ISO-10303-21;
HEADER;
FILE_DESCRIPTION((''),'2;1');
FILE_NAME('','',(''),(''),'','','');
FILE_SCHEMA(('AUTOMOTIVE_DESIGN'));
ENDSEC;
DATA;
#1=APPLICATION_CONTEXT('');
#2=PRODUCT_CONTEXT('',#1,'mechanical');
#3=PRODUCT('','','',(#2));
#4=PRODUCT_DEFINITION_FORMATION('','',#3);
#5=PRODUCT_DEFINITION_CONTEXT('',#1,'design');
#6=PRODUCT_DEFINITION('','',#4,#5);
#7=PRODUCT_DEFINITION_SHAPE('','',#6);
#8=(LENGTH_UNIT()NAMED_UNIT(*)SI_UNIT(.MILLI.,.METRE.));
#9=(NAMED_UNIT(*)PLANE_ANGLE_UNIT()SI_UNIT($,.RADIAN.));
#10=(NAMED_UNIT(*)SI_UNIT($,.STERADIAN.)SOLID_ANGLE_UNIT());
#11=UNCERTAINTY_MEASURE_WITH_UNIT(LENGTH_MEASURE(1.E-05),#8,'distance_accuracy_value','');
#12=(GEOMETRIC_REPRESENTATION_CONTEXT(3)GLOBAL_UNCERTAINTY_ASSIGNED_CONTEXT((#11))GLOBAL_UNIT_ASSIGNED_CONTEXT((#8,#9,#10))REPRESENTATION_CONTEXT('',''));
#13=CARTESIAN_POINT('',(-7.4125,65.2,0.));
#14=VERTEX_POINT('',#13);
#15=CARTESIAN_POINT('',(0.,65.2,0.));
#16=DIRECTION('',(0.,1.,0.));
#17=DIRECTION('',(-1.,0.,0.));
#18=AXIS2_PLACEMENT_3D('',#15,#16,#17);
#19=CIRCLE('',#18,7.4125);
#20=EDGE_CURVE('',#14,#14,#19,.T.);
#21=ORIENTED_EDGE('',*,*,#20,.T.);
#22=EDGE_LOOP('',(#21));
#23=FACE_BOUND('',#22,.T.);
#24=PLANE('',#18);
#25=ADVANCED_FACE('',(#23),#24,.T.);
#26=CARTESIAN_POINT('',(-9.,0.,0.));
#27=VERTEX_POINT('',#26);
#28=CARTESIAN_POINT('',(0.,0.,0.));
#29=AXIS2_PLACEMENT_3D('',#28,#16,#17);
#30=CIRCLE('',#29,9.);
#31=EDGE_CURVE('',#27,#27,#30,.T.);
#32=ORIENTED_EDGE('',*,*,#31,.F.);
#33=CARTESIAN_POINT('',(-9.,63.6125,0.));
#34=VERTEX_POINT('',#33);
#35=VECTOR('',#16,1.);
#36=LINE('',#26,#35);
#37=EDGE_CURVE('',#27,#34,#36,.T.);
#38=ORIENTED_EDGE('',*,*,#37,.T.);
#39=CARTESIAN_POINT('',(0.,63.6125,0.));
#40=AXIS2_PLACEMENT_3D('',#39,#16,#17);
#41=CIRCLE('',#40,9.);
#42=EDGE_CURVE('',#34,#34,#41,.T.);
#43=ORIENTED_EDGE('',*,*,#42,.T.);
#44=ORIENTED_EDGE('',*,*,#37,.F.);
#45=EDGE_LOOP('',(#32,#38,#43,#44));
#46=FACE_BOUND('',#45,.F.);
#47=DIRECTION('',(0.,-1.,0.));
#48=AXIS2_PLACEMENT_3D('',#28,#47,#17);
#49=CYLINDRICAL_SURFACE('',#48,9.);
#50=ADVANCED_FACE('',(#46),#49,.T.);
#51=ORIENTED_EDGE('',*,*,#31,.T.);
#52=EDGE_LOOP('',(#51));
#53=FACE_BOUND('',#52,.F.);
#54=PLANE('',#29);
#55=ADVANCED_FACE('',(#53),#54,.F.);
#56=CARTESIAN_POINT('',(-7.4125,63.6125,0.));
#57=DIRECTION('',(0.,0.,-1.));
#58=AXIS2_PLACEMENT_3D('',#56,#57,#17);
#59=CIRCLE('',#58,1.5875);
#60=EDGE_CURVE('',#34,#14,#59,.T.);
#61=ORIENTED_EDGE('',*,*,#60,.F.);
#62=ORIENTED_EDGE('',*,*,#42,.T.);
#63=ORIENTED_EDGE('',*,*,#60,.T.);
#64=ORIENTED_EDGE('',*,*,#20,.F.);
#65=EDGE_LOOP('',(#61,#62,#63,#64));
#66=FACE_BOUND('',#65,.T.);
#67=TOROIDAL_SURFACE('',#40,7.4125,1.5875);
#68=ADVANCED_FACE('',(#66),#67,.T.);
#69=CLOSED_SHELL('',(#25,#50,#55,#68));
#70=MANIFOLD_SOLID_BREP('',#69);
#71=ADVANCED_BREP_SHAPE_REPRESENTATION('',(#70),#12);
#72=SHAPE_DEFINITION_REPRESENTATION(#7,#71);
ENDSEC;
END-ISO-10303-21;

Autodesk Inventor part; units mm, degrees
ref_plane "YZ Plane" through (0, 0, 0) normal (1, 0, 0) x (0, 1, 0)
ref_plane "XZ Plane" through (0, 0, 0) normal (0, 1, 0) x (-1, 0, 0)
ref_plane "XY Plane" through (0, 0, 0) normal (0, 0, 1) x (1, 0, 0)
sketch "Sketch1" plane through (0, 0, 0) normal (0, 1, 0) x (-1, 0, 0)
  circle A0 centre (0, 0) radius 9
  dimension "d0" = 18
extrude "Extrusion1" add sketch "Sketch1" along normal blind 65.2
fillet "Fillet1" radius 1.5875 1 edges at (9, 65.2, 0)
properties part number "18650 Battery"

◇ ◇ ◇

» **Description of the task**:
Exact duplication is required for the lines above, from the line that contains "#20=EDGE_CURVE('',#14,#14,#19,.T.);" to the line that contains "#37=EDGE_CURVE('',#27,#34,#36,.T.);", inclusive; omit all others.

» **Response for this exercise**:
#20=EDGE_CURVE('',#14,#14,#19,.T.);
#21=ORIENTED_EDGE('',*,*,#20,.T.);
#22=EDGE_LOOP('',(#21));
#23=FACE_BOUND('',#22,.T.);
#24=PLANE('',#18);
#25=ADVANCED_FACE('',(#23),#24,.T.);
#26=CARTESIAN_POINT('',(-9.,0.,0.));
#27=VERTEX_POINT('',#26);
#28=CARTESIAN_POINT('',(0.,0.,0.));
#29=AXIS2_PLACEMENT_3D('',#28,#16,#17);
#30=CIRCLE('',#29,9.);
#31=EDGE_CURVE('',#27,#27,#30,.T.);
#32=ORIENTED_EDGE('',*,*,#31,.F.);
#33=CARTESIAN_POINT('',(-9.,63.6125,0.));
#34=VERTEX_POINT('',#33);
#35=VECTOR('',#16,1.);
#36=LINE('',#26,#35);
#37=EDGE_CURVE('',#27,#34,#36,.T.);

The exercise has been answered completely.